[Given data — start]

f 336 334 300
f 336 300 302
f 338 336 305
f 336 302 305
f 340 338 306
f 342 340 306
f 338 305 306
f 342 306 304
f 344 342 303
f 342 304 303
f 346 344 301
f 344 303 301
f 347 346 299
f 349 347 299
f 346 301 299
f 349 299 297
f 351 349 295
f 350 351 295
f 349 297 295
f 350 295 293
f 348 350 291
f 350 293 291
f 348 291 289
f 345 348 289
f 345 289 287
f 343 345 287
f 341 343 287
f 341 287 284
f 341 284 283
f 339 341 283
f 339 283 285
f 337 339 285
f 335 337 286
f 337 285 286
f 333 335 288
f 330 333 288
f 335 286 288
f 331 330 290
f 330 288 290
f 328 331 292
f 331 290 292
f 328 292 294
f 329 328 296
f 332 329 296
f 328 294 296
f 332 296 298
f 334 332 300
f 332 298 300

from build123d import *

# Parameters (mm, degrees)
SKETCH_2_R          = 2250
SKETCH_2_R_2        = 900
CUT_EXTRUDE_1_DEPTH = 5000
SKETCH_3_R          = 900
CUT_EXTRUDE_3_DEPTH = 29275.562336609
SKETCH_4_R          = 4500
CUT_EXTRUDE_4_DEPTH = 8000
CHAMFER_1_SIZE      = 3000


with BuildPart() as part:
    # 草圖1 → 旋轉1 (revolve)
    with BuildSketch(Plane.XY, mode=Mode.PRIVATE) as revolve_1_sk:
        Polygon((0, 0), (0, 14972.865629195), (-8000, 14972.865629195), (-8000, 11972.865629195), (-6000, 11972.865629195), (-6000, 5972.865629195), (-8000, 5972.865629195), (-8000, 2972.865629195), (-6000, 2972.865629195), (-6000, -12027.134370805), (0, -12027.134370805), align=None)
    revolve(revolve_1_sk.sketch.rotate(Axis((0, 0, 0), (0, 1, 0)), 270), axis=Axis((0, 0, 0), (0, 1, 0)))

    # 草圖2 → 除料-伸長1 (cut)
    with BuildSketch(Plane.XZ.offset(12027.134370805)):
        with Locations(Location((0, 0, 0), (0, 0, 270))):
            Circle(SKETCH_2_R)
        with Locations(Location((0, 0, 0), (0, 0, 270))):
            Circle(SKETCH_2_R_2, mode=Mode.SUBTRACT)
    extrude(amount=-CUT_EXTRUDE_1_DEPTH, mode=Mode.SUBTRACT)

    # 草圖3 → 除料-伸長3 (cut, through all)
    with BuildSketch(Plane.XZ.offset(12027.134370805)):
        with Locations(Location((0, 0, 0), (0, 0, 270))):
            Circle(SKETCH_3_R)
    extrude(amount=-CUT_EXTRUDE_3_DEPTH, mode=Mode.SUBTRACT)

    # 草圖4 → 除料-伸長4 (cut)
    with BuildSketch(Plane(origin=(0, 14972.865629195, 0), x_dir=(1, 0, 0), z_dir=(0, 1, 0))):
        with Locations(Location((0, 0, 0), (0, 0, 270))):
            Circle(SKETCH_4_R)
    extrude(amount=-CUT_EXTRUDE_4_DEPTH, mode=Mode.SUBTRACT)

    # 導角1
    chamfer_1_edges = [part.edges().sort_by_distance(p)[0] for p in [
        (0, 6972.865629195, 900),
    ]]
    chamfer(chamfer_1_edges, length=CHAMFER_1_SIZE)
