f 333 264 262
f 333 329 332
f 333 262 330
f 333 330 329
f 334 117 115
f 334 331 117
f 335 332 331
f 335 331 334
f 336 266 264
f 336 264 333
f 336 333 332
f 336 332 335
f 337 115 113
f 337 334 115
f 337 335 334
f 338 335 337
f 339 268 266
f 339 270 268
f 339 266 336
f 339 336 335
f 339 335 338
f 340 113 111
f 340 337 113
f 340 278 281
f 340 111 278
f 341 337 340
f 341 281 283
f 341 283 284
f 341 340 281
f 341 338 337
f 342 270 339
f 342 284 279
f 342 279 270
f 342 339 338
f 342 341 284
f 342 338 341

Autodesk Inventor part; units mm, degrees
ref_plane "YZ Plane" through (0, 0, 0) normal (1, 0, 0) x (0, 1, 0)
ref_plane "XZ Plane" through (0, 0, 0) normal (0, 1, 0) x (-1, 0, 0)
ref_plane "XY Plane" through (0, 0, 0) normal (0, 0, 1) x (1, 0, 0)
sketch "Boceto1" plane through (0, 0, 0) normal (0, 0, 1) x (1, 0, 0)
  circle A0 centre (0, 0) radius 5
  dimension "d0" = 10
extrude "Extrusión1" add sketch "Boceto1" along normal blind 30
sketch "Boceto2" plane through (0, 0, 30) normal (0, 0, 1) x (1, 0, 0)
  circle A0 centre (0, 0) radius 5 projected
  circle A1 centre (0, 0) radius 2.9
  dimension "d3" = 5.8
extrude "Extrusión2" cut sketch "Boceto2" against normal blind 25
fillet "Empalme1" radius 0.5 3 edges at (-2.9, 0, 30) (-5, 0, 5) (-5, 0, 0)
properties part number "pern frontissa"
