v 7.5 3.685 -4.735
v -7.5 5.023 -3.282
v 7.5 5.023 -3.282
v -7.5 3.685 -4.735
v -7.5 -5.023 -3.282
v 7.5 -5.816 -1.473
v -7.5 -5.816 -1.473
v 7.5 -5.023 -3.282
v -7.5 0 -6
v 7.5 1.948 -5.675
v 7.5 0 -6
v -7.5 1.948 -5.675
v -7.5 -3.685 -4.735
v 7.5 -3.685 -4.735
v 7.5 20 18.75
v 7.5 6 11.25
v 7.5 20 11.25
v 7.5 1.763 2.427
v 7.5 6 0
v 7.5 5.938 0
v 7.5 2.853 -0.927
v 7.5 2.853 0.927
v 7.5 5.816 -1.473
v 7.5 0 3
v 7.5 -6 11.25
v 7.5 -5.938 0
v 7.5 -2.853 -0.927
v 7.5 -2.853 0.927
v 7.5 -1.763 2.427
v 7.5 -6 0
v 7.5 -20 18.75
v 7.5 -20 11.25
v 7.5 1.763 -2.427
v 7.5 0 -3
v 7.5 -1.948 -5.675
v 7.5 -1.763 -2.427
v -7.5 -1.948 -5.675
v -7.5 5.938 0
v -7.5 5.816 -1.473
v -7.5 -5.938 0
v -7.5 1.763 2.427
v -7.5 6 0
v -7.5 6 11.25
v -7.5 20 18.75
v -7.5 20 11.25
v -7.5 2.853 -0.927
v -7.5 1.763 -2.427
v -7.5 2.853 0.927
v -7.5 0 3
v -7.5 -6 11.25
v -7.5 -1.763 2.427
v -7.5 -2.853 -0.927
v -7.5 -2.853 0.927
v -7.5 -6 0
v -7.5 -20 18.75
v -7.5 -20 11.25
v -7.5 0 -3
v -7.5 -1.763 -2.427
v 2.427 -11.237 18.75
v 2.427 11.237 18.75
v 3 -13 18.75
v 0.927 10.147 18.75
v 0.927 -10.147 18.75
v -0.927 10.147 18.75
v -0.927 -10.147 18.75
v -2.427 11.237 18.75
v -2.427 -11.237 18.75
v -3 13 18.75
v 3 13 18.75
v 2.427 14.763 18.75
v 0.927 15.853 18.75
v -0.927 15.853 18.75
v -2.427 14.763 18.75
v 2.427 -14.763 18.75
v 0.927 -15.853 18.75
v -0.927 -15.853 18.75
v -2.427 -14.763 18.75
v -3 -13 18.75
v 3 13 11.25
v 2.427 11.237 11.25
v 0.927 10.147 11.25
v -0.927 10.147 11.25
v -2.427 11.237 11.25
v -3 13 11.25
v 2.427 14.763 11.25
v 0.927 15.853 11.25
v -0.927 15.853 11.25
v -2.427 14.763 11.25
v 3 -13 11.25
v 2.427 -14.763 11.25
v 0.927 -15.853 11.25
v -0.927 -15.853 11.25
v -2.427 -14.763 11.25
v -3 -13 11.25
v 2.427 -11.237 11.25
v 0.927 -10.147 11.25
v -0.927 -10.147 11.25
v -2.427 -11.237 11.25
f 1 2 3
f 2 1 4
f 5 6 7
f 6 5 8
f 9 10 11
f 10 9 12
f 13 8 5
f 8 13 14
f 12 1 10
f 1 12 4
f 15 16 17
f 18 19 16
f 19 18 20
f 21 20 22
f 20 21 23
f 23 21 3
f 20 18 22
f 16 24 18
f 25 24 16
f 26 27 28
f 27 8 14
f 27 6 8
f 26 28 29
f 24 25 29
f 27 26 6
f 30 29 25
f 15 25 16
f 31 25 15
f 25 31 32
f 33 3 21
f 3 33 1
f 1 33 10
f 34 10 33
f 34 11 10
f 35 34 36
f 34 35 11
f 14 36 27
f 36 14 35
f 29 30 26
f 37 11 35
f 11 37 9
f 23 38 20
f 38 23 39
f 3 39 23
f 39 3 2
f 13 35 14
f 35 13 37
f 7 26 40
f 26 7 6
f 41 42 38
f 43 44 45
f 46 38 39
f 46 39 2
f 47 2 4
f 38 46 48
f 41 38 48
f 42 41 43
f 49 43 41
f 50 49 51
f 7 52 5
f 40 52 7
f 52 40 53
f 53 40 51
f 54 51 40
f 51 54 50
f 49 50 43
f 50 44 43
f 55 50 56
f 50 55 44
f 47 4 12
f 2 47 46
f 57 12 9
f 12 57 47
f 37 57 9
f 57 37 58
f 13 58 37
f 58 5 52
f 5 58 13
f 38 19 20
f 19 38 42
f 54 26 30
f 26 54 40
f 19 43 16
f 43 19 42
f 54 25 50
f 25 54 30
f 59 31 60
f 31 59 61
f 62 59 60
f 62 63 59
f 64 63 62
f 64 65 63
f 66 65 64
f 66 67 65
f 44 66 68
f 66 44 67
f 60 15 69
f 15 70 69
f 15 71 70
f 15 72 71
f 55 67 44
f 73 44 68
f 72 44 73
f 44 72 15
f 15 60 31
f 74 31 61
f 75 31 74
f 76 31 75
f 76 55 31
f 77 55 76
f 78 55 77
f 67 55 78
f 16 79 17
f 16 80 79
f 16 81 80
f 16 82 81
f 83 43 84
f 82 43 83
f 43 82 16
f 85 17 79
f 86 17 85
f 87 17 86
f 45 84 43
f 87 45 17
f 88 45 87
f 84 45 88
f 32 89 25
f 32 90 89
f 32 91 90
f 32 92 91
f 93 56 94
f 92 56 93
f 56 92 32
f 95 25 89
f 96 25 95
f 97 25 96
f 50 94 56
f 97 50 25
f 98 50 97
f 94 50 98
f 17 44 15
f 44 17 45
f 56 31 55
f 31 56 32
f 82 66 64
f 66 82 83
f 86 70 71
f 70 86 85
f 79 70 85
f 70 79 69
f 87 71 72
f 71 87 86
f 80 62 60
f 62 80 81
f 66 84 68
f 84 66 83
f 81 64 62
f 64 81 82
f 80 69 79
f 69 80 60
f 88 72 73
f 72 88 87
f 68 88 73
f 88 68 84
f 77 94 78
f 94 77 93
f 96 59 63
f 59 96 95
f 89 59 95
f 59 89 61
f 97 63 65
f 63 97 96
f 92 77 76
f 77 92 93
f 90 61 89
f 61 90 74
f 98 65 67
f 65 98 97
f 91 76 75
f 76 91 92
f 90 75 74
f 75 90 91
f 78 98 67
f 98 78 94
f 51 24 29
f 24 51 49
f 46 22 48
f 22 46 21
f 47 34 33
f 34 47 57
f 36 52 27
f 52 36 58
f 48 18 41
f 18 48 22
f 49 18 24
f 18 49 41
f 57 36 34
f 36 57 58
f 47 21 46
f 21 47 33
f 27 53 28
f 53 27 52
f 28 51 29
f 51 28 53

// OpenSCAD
module baseShape() {
    rotate([0,90,0]) {translate([0,0,-7.5]) {cylinder(15,6,6,0,true);}}
    translate([0,0,7.5]) { cube([15,12,15],true); }
    translate([0,0,15]) { cube([15,40,7.5],true); }
}

difference() {
baseShape();
    translate([0,13,0]) { cylinder(50,3,3,0, true); }
    translate([0,-13,0]) { cylinder(50,3,3,0, true); }
    rotate([0,90,0]) { translate([0,0,-10]) {cylinder(50,3,3,0,true); }}
}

[Given data — finish]

What you will do:
Note every line of the records that holds the word "centre", and copy it.

Worked solution:
  circle A0 centre (0, 0) radius 5
  circle A0 centre (0, 0) radius 5 projected
  circle A1 centre (0, 0) radius 2.9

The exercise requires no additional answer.